DESCRIPTION OF THE TASK:
Using the records below, give again exactly the lines from the line that contains "f 307 96 429" through the line that contains "f 434 437 438", both ends included, and only those.

DATA TO USE START

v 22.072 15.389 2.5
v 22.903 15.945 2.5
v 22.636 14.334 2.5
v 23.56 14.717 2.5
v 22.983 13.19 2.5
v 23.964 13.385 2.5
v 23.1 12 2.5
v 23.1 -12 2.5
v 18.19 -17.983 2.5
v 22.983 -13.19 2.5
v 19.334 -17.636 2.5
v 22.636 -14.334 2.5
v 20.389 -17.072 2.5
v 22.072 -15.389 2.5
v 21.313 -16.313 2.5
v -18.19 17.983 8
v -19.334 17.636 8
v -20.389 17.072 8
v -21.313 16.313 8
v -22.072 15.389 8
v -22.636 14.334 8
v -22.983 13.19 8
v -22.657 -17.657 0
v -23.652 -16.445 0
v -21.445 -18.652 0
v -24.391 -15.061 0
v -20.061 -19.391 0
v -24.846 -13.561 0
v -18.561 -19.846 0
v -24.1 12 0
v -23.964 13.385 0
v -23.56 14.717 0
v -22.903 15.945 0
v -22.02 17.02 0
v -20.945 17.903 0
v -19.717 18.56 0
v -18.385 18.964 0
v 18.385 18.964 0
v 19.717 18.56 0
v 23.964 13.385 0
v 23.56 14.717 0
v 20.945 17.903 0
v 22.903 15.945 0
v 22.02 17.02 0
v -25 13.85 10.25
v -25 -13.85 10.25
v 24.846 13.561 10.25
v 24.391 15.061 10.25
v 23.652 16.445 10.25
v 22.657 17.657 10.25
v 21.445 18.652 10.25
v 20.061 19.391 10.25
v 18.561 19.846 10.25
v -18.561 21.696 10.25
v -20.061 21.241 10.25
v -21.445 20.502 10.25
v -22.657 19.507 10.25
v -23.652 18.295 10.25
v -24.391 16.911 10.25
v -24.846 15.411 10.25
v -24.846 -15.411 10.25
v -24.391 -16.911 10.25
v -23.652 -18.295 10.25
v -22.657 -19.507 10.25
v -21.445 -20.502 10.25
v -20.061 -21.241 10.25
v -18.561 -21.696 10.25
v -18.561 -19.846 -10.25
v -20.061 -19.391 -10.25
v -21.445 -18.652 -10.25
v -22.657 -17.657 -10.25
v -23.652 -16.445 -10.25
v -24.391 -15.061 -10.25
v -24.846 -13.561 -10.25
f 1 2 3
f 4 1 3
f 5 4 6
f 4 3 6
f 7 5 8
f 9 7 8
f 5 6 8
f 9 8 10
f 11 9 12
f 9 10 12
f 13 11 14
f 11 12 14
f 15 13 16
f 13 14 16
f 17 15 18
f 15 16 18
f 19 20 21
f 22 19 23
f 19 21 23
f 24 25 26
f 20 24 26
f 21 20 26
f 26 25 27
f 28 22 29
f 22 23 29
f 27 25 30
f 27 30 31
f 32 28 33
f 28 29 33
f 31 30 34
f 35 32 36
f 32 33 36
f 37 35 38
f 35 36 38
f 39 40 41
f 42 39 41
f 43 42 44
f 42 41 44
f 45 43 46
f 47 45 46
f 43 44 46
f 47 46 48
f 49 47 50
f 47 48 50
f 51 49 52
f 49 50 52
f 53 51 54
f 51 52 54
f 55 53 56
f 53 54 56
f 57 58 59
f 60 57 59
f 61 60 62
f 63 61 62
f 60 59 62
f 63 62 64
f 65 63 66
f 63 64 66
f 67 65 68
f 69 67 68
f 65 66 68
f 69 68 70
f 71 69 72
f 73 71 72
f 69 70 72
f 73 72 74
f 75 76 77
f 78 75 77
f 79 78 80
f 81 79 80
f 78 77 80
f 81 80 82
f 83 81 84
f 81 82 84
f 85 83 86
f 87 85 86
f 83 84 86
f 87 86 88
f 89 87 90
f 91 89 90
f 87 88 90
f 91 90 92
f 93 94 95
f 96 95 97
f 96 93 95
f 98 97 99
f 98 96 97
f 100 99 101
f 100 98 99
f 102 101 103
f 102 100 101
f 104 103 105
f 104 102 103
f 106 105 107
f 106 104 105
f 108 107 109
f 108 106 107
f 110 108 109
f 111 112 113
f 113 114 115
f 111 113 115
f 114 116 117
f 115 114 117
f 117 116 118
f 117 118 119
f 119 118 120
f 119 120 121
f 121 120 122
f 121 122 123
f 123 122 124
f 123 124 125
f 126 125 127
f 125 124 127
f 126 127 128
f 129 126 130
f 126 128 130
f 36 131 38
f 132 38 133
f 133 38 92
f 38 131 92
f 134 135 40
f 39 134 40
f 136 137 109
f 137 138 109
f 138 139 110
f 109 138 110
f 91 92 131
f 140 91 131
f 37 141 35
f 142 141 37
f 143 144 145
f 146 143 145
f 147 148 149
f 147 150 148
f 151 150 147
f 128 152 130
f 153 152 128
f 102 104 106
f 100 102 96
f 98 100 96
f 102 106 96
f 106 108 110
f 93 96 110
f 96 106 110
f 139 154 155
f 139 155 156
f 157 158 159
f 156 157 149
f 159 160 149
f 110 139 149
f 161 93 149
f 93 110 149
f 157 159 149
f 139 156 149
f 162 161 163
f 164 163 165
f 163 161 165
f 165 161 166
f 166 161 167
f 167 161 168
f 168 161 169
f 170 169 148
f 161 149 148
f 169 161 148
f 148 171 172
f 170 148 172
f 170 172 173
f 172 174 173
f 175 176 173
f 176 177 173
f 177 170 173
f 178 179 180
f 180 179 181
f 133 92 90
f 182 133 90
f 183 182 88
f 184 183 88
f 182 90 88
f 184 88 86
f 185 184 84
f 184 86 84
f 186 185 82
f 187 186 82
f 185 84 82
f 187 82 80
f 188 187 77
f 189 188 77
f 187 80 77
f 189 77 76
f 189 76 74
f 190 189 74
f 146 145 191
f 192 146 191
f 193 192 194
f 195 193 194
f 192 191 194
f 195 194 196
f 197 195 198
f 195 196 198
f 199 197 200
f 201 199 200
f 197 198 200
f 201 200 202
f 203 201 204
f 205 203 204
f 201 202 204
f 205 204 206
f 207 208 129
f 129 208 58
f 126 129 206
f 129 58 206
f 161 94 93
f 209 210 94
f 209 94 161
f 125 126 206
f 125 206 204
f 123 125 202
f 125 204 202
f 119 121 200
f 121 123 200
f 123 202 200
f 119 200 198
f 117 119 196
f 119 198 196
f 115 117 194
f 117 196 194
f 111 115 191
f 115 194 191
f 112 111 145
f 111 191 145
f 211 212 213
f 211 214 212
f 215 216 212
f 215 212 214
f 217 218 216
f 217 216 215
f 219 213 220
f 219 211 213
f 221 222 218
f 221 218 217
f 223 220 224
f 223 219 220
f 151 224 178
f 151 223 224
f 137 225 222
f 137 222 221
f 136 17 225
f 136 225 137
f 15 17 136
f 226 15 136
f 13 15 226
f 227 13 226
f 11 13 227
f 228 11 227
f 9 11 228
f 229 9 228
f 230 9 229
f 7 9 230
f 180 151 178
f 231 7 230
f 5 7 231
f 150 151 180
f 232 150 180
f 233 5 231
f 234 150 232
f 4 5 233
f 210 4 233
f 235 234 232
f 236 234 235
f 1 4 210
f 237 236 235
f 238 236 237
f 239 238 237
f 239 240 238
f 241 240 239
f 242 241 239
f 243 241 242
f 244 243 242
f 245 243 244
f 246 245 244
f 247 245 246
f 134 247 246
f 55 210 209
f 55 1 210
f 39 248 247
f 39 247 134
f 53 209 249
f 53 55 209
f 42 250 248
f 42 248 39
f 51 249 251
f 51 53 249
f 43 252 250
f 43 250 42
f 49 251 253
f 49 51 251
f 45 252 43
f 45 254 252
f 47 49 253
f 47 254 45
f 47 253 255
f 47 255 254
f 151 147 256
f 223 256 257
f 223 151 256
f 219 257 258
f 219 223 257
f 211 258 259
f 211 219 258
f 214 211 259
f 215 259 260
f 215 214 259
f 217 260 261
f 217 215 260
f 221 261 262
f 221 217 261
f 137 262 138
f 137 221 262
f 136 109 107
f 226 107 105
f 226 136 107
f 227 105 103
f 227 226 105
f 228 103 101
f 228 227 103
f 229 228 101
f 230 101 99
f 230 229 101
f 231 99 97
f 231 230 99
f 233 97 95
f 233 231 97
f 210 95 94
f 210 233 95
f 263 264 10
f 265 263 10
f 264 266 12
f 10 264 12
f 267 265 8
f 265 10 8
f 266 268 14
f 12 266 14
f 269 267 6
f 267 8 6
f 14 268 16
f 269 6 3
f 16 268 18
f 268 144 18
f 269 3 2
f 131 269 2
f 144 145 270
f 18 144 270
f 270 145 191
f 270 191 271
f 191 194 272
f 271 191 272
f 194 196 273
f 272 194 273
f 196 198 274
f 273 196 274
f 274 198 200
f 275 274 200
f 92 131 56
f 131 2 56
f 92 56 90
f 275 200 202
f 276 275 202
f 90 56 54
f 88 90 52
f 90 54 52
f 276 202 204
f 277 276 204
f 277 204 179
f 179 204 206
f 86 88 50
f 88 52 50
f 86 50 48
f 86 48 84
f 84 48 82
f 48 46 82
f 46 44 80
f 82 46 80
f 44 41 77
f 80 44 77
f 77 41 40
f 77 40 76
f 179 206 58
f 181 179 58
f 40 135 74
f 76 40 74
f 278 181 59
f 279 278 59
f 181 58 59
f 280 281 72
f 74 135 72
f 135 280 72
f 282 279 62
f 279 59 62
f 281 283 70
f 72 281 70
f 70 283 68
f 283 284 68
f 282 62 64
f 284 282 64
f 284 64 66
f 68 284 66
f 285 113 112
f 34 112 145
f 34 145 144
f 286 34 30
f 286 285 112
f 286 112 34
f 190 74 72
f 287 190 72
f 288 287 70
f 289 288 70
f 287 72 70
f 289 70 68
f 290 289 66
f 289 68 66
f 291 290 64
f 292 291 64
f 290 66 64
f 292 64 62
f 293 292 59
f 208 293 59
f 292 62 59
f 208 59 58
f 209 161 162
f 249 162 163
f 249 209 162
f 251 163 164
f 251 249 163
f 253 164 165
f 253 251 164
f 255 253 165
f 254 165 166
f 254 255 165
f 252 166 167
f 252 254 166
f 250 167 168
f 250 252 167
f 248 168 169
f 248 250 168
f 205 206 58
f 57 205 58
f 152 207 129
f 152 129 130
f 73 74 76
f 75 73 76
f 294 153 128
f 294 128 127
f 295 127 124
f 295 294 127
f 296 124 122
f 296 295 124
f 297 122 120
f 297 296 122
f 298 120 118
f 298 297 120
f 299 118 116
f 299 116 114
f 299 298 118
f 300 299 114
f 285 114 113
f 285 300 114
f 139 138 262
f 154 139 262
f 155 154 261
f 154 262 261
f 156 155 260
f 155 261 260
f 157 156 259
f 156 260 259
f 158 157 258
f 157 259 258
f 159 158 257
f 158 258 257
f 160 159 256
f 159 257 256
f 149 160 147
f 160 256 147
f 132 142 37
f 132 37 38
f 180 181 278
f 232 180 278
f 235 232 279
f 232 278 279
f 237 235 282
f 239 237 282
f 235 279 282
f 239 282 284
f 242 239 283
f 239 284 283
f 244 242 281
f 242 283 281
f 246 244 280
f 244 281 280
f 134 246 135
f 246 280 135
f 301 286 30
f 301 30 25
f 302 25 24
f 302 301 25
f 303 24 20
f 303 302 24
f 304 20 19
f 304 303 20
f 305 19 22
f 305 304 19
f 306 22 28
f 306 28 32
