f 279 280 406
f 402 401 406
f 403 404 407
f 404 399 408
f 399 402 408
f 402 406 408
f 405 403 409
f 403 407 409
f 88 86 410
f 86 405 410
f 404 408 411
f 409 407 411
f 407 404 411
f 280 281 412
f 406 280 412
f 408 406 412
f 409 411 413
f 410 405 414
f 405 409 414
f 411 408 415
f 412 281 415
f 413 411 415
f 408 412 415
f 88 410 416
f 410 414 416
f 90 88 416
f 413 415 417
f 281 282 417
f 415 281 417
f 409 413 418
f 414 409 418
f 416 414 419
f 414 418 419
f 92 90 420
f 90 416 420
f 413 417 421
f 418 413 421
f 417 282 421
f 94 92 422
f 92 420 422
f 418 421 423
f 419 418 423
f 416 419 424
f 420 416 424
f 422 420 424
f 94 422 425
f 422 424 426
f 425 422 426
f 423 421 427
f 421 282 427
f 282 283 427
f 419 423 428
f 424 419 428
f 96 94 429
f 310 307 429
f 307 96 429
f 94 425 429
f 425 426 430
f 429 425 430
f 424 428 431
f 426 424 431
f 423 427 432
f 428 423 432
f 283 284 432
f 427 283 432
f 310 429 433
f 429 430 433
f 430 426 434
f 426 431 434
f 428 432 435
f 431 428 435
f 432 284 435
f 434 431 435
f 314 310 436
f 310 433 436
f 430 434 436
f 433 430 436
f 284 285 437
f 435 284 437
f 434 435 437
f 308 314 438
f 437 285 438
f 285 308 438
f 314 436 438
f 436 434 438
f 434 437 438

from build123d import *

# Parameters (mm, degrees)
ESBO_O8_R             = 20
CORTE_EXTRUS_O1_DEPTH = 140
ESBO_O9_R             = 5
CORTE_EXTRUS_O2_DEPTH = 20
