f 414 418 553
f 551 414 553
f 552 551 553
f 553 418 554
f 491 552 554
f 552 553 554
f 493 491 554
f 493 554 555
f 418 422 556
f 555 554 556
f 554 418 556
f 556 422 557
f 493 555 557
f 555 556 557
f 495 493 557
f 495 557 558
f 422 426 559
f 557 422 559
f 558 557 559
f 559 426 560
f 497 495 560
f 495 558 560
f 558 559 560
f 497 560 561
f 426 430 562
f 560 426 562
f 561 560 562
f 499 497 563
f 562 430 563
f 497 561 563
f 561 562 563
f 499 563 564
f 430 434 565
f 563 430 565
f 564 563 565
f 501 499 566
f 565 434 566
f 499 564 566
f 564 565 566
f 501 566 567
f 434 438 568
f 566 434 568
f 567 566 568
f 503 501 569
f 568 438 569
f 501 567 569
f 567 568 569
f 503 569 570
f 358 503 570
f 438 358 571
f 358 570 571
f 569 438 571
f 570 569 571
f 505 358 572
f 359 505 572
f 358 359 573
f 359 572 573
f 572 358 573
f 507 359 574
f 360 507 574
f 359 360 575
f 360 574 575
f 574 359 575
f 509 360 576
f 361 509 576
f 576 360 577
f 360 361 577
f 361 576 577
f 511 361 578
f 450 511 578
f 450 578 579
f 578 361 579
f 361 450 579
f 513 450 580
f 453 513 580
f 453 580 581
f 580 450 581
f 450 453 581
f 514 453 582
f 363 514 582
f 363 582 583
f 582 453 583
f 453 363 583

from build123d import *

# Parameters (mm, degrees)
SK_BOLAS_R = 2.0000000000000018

DATA TO USE END

ANSWER BOX:
f 307 96 429
f 94 425 429
f 425 426 430
f 429 425 430
f 424 428 431
f 426 424 431
f 423 427 432
f 428 423 432
f 283 284 432
f 427 283 432
f 310 429 433
f 429 430 433
f 430 426 434
f 426 431 434
f 428 432 435
f 431 428 435
f 432 284 435
f 434 431 435
f 314 310 436
f 310 433 436
f 430 434 436
f 433 430 436
f 284 285 437
f 435 284 437
f 434 435 437
f 308 314 438
f 437 285 438
f 285 308 438
f 314 436 438
f 436 434 438
f 434 437 438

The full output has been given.